## What needs to be done
Here the job is to return only the lines of the material, exactly, from the first one to the line with "f 733 621 618".

## Provided material
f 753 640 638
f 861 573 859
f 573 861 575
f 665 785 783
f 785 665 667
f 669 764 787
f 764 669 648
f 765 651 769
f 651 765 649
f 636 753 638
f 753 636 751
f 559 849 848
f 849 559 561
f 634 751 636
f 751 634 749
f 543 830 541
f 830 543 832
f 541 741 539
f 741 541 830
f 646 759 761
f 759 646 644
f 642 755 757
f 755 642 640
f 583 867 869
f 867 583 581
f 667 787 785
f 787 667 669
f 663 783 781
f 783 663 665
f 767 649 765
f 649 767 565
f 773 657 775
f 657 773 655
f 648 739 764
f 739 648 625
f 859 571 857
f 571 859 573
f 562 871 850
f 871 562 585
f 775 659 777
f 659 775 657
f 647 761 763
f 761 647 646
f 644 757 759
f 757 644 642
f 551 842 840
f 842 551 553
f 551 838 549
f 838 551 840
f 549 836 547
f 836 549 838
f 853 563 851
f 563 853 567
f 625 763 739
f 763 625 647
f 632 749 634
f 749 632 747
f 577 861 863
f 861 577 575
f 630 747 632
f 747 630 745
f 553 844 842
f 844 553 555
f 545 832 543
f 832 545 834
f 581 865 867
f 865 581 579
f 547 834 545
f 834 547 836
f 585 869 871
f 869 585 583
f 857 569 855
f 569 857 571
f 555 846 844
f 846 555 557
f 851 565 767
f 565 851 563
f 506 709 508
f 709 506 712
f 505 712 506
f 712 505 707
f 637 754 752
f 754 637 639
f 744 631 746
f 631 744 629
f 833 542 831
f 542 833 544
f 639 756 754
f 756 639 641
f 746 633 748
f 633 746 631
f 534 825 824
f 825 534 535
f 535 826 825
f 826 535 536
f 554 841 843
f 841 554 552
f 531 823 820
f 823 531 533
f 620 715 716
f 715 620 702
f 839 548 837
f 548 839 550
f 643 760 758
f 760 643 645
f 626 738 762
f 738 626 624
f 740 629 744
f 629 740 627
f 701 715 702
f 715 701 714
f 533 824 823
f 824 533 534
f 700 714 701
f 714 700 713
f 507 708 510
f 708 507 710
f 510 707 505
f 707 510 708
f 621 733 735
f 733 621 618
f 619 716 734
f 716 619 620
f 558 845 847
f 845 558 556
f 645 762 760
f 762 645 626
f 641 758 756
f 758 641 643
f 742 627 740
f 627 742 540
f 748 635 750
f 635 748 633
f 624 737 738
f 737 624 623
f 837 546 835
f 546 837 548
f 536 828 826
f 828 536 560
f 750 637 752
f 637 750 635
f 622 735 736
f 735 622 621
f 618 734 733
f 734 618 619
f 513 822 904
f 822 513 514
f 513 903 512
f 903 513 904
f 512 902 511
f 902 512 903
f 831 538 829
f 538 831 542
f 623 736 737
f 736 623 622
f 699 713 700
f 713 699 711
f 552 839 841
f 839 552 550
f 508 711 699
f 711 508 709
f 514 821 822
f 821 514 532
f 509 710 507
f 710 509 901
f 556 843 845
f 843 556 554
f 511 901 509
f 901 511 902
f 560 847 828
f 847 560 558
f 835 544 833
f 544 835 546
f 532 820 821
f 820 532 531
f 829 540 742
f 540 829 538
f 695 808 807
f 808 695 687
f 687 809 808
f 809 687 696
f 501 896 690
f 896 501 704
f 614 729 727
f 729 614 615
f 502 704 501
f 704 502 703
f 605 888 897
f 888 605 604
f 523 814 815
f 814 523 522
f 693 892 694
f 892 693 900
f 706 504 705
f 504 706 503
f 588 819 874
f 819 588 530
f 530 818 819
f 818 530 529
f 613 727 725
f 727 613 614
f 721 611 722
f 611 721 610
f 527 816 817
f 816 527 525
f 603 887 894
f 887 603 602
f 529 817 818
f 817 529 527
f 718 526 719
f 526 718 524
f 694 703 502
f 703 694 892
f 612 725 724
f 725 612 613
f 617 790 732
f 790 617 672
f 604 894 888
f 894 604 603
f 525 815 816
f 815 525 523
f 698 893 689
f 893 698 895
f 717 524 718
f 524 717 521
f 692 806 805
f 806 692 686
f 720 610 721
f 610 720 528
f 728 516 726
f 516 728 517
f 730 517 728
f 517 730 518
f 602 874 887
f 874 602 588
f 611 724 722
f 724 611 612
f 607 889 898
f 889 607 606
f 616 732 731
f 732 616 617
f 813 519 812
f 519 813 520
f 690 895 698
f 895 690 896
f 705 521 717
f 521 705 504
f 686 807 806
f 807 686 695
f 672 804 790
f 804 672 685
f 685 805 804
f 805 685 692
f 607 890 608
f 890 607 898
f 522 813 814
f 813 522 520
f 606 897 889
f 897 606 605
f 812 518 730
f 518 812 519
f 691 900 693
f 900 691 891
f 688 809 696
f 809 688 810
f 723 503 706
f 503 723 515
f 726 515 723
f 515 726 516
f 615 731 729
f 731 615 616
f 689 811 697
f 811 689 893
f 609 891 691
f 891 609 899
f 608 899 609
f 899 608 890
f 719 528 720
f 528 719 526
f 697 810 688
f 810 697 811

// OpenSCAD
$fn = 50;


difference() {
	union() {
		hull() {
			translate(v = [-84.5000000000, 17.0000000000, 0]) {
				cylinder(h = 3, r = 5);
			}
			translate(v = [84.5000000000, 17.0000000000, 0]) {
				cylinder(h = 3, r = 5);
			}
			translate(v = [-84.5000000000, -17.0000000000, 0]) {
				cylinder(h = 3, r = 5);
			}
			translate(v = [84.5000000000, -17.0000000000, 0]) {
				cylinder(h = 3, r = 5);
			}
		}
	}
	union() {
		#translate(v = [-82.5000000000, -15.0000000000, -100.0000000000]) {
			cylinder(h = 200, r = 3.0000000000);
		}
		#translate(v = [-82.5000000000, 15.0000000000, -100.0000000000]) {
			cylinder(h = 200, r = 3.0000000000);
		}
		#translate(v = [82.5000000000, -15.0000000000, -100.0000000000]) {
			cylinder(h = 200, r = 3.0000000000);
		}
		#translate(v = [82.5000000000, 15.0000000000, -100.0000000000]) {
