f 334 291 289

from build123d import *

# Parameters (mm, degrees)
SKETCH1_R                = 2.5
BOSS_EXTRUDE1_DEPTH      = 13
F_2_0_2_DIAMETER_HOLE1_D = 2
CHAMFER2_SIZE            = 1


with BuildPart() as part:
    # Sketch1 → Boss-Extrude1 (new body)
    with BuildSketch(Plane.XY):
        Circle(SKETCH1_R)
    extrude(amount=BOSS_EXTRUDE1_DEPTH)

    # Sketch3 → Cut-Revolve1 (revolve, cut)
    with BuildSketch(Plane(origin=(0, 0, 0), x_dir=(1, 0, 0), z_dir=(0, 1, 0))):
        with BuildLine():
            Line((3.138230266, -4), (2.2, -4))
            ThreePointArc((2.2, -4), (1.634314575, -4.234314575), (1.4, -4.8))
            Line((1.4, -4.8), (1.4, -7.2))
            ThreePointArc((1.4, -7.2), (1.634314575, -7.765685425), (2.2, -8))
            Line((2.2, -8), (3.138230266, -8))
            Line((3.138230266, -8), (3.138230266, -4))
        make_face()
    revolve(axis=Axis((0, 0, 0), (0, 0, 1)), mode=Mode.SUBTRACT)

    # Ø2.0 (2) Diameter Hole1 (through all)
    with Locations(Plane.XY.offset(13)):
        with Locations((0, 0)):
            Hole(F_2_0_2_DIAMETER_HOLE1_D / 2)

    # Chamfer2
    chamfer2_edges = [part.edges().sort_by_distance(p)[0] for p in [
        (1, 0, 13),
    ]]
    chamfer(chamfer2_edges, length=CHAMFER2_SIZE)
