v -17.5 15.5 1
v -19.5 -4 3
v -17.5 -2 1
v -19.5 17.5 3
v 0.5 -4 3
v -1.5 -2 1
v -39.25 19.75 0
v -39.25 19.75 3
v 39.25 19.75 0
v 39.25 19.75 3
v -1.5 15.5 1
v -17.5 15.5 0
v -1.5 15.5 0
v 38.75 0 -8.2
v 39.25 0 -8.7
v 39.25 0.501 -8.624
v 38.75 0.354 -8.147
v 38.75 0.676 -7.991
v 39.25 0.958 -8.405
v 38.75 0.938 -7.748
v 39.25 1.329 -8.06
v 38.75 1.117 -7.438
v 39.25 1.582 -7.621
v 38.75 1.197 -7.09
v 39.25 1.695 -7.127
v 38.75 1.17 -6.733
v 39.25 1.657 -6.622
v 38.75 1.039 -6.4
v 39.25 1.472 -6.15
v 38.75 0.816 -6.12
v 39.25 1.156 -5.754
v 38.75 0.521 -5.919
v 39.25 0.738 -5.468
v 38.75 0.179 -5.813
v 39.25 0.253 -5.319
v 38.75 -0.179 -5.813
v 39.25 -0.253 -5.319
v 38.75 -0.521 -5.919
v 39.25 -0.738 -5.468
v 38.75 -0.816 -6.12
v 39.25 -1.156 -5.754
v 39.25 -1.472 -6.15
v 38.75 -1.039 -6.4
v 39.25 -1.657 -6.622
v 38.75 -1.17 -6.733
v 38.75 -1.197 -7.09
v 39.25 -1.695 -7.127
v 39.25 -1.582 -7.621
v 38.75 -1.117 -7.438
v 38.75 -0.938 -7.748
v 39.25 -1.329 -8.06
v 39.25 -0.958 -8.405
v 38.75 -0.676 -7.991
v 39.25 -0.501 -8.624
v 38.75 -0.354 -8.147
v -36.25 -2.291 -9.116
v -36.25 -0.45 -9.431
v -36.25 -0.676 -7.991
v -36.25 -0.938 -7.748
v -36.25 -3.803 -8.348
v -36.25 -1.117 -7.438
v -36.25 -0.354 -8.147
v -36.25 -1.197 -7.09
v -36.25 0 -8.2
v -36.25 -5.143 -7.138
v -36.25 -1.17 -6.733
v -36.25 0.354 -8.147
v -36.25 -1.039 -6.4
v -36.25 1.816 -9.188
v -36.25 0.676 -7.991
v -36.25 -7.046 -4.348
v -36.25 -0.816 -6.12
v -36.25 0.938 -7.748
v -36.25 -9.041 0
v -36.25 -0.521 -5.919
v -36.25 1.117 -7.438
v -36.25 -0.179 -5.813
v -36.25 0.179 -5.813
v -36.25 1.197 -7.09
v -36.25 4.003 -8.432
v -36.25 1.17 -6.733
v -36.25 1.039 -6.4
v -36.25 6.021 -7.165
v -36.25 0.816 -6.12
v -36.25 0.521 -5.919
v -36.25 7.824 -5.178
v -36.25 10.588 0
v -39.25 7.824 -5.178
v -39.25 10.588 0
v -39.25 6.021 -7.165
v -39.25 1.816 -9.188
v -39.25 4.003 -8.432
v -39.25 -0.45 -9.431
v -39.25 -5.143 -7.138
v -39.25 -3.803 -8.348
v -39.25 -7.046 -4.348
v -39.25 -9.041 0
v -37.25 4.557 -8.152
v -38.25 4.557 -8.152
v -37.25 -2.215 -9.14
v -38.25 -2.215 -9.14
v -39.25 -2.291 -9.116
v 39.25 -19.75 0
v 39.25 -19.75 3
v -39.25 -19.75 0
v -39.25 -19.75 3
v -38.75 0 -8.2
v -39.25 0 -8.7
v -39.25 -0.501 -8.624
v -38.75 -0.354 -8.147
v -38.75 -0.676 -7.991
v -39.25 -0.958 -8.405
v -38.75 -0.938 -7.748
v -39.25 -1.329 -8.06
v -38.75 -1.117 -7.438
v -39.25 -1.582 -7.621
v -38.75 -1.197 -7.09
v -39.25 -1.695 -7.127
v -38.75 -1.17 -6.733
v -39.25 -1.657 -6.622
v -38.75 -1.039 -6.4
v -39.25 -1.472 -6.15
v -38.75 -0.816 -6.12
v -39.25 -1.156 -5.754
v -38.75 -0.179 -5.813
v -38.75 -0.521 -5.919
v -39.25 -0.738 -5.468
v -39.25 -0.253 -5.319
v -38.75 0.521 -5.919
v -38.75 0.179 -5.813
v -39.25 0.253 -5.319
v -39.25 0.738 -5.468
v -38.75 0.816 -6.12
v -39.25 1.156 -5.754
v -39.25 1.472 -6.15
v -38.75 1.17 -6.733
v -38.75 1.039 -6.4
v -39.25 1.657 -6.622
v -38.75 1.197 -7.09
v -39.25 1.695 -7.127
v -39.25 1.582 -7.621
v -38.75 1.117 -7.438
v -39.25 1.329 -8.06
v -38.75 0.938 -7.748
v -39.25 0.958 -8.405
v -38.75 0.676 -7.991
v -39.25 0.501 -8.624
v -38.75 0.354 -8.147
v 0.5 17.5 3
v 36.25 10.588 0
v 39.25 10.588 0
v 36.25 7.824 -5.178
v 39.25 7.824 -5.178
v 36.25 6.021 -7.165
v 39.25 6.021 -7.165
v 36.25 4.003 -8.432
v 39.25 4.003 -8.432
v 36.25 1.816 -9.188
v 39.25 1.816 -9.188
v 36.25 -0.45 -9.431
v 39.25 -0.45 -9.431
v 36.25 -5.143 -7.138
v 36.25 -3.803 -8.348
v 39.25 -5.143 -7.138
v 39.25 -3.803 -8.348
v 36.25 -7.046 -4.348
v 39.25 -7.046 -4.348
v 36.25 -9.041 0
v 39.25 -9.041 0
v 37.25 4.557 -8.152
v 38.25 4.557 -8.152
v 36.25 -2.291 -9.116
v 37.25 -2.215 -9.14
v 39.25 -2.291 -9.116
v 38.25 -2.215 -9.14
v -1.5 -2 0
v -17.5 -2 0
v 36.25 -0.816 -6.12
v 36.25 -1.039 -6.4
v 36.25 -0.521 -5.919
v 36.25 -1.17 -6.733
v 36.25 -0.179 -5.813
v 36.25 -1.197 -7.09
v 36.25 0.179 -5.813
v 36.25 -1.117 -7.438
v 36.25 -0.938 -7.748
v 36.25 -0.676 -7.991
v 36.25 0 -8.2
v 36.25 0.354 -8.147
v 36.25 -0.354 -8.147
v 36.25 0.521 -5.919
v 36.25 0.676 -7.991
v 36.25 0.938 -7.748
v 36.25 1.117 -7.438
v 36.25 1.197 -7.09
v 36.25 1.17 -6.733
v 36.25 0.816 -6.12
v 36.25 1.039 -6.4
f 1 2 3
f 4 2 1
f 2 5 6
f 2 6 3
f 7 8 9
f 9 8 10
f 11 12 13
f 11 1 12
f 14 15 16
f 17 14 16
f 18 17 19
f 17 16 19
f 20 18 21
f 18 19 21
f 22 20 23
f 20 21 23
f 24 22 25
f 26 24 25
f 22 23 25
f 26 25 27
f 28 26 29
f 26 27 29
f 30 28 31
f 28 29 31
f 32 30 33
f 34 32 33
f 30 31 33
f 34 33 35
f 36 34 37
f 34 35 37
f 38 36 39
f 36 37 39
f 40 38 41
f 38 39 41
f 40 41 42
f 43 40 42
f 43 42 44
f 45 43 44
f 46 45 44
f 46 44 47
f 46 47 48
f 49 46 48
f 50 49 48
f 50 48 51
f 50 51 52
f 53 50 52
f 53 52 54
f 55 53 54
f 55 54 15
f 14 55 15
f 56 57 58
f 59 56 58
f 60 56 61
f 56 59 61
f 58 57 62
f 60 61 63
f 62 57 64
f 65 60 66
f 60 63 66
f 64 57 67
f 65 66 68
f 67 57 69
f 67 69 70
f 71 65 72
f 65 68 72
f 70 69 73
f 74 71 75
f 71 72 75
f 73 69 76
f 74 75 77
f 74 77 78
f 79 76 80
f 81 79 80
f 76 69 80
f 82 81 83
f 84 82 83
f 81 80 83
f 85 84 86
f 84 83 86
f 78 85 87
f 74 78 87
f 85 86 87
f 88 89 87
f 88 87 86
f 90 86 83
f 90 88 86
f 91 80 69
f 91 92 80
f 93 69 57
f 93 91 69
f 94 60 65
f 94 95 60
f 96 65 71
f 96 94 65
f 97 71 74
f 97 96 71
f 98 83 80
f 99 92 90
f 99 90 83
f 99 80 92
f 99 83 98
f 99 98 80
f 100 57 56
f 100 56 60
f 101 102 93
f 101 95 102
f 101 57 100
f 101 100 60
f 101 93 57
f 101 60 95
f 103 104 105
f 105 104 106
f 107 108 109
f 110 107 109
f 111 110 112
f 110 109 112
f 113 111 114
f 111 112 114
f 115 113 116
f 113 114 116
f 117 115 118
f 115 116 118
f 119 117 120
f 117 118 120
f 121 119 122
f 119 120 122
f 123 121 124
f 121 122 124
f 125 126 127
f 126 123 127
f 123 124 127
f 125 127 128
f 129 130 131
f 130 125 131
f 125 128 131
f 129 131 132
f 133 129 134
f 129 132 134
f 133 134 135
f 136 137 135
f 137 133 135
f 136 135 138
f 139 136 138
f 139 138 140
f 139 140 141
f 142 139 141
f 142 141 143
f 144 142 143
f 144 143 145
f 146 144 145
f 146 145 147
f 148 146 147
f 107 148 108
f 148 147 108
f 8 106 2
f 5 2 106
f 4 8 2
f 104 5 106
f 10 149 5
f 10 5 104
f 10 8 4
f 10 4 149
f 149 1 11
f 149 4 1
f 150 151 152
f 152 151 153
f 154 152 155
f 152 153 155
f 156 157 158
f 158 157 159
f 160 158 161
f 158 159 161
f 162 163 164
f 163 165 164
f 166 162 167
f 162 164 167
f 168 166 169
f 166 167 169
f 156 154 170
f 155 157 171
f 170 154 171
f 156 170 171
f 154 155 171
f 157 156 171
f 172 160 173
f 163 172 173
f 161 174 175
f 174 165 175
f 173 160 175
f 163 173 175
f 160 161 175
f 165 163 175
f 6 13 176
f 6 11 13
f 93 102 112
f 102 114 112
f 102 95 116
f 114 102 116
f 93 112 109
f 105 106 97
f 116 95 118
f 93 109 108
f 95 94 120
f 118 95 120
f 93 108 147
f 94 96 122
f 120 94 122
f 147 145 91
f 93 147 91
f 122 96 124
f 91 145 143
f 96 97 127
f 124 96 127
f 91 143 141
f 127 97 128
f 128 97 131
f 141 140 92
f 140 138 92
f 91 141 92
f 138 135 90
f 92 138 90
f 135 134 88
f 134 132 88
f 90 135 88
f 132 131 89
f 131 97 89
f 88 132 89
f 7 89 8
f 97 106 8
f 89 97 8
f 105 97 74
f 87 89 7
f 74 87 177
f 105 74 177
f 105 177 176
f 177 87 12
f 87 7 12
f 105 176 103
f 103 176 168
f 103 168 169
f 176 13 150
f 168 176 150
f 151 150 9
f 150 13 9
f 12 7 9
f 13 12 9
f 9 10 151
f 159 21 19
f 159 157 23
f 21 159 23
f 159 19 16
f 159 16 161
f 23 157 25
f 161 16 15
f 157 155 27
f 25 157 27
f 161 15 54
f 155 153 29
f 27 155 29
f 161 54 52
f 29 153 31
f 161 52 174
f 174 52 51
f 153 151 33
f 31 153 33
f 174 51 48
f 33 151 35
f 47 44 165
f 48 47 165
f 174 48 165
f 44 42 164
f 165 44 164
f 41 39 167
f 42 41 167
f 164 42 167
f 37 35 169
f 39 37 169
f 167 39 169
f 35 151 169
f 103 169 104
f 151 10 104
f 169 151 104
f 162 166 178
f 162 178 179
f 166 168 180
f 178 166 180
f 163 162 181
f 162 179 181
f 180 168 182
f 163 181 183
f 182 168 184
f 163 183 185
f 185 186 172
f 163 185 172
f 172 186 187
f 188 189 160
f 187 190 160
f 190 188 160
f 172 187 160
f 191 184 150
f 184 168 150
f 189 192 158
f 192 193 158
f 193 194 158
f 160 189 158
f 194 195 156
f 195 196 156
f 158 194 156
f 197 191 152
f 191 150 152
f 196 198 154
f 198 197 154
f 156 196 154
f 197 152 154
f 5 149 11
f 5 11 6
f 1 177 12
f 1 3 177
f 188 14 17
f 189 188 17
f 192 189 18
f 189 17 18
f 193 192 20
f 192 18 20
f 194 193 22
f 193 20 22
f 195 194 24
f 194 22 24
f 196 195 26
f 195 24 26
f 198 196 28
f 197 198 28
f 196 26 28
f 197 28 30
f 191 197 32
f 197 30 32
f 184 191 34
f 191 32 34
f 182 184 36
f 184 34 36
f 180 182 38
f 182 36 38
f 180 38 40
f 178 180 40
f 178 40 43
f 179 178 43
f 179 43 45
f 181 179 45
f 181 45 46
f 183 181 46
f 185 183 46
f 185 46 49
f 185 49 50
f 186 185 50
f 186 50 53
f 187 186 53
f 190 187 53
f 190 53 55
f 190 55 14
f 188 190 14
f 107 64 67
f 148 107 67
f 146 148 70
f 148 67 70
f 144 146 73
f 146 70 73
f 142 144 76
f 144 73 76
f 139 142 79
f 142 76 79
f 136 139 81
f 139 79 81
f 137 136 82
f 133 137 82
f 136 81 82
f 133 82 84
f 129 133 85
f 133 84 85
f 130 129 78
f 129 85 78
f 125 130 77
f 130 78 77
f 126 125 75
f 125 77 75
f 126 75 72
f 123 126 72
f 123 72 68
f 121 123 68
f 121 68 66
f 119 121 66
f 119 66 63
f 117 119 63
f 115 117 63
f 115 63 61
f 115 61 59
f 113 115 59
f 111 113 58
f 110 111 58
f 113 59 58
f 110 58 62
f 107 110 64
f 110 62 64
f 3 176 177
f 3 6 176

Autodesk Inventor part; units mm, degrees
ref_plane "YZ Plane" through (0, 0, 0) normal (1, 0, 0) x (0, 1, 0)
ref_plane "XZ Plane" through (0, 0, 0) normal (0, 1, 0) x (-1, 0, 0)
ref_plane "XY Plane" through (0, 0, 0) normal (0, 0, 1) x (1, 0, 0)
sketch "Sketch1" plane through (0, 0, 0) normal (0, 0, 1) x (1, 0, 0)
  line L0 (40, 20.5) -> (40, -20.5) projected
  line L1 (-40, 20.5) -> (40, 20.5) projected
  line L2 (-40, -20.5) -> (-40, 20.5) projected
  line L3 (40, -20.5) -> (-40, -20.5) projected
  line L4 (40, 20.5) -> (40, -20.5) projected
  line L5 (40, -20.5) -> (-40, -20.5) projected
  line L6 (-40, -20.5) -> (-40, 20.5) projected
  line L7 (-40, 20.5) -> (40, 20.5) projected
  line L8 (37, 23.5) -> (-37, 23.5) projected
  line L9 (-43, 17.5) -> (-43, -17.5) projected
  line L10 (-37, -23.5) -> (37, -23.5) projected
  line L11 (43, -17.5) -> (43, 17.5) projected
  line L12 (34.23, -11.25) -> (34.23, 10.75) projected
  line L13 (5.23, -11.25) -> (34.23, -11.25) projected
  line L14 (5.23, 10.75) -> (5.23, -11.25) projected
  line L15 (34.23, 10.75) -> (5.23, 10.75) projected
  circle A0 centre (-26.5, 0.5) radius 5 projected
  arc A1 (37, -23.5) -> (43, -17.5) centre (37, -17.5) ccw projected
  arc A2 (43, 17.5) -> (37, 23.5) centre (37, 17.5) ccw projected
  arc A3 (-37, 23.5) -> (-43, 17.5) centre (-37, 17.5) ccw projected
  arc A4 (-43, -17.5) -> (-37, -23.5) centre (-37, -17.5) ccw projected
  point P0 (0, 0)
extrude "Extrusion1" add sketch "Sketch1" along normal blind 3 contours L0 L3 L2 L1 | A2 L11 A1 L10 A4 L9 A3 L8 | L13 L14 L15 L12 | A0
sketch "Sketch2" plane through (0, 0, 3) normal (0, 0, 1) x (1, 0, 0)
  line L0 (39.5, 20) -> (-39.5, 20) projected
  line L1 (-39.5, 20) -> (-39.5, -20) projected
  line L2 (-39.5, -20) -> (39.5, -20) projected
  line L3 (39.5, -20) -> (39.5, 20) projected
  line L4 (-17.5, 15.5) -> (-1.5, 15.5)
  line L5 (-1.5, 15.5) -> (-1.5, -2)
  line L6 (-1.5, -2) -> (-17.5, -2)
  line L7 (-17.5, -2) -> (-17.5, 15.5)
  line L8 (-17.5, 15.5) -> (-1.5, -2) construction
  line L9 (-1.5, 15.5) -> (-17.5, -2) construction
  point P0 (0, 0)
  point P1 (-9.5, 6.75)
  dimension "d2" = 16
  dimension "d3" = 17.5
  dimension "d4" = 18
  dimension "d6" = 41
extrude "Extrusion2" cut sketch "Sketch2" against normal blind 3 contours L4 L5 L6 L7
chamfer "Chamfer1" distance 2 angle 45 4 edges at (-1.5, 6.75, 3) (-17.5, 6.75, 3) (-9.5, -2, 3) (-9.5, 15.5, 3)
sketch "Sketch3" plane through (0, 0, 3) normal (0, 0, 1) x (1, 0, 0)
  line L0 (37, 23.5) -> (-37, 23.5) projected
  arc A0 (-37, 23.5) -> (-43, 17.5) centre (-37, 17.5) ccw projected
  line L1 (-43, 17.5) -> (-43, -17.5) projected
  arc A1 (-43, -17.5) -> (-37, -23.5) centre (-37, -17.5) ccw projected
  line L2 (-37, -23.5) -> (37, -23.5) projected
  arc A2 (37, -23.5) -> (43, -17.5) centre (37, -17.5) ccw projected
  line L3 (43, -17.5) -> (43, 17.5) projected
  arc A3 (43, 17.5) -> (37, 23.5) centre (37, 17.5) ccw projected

## Task solution
f 753 640 638
f 861 573 859
f 573 861 575
f 665 785 783
f 785 665 667
f 669 764 787
f 764 669 648
f 765 651 769
f 651 765 649
f 636 753 638
f 753 636 751
f 559 849 848
f 849 559 561
f 634 751 636
f 751 634 749
f 543 830 541
f 830 543 832
f 541 741 539
f 741 541 830
f 646 759 761
f 759 646 644
f 642 755 757
f 755 642 640
f 583 867 869
f 867 583 581
f 667 787 785
f 787 667 669
f 663 783 781
f 783 663 665
f 767 649 765
f 649 767 565
f 773 657 775
f 657 773 655
f 648 739 764
f 739 648 625
f 859 571 857
f 571 859 573
f 562 871 850
f 871 562 585
f 775 659 777
f 659 775 657
f 647 761 763
f 761 647 646
f 644 757 759
f 757 644 642
f 551 842 840
f 842 551 553
f 551 838 549
f 838 551 840
f 549 836 547
f 836 549 838
f 853 563 851
f 563 853 567
f 625 763 739
f 763 625 647
f 632 749 634
f 749 632 747
f 577 861 863
f 861 577 575
f 630 747 632
f 747 630 745
f 553 844 842
f 844 553 555
f 545 832 543
f 832 545 834
f 581 865 867
f 865 581 579
f 547 834 545
f 834 547 836
f 585 869 871
f 869 585 583
f 857 569 855
f 569 857 571
f 555 846 844
f 846 555 557
f 851 565 767
f 565 851 563
f 506 709 508
f 709 506 712
f 505 712 506
f 712 505 707
f 637 754 752
f 754 637 639
f 744 631 746
f 631 744 629
f 833 542 831
f 542 833 544
f 639 756 754
f 756 639 641
f 746 633 748
f 633 746 631
f 534 825 824
f 825 534 535
f 535 826 825
f 826 535 536
f 554 841 843
f 841 554 552
f 531 823 820
f 823 531 533
f 620 715 716
f 715 620 702
f 839 548 837
f 548 839 550
f 643 760 758
f 760 643 645
f 626 738 762
f 738 626 624
f 740 629 744
f 629 740 627
f 701 715 702
f 715 701 714
f 533 824 823
f 824 533 534
f 700 714 701
f 714 700 713
f 507 708 510
f 708 507 710
f 510 707 505
f 707 510 708
f 621 733 735
f 733 621 618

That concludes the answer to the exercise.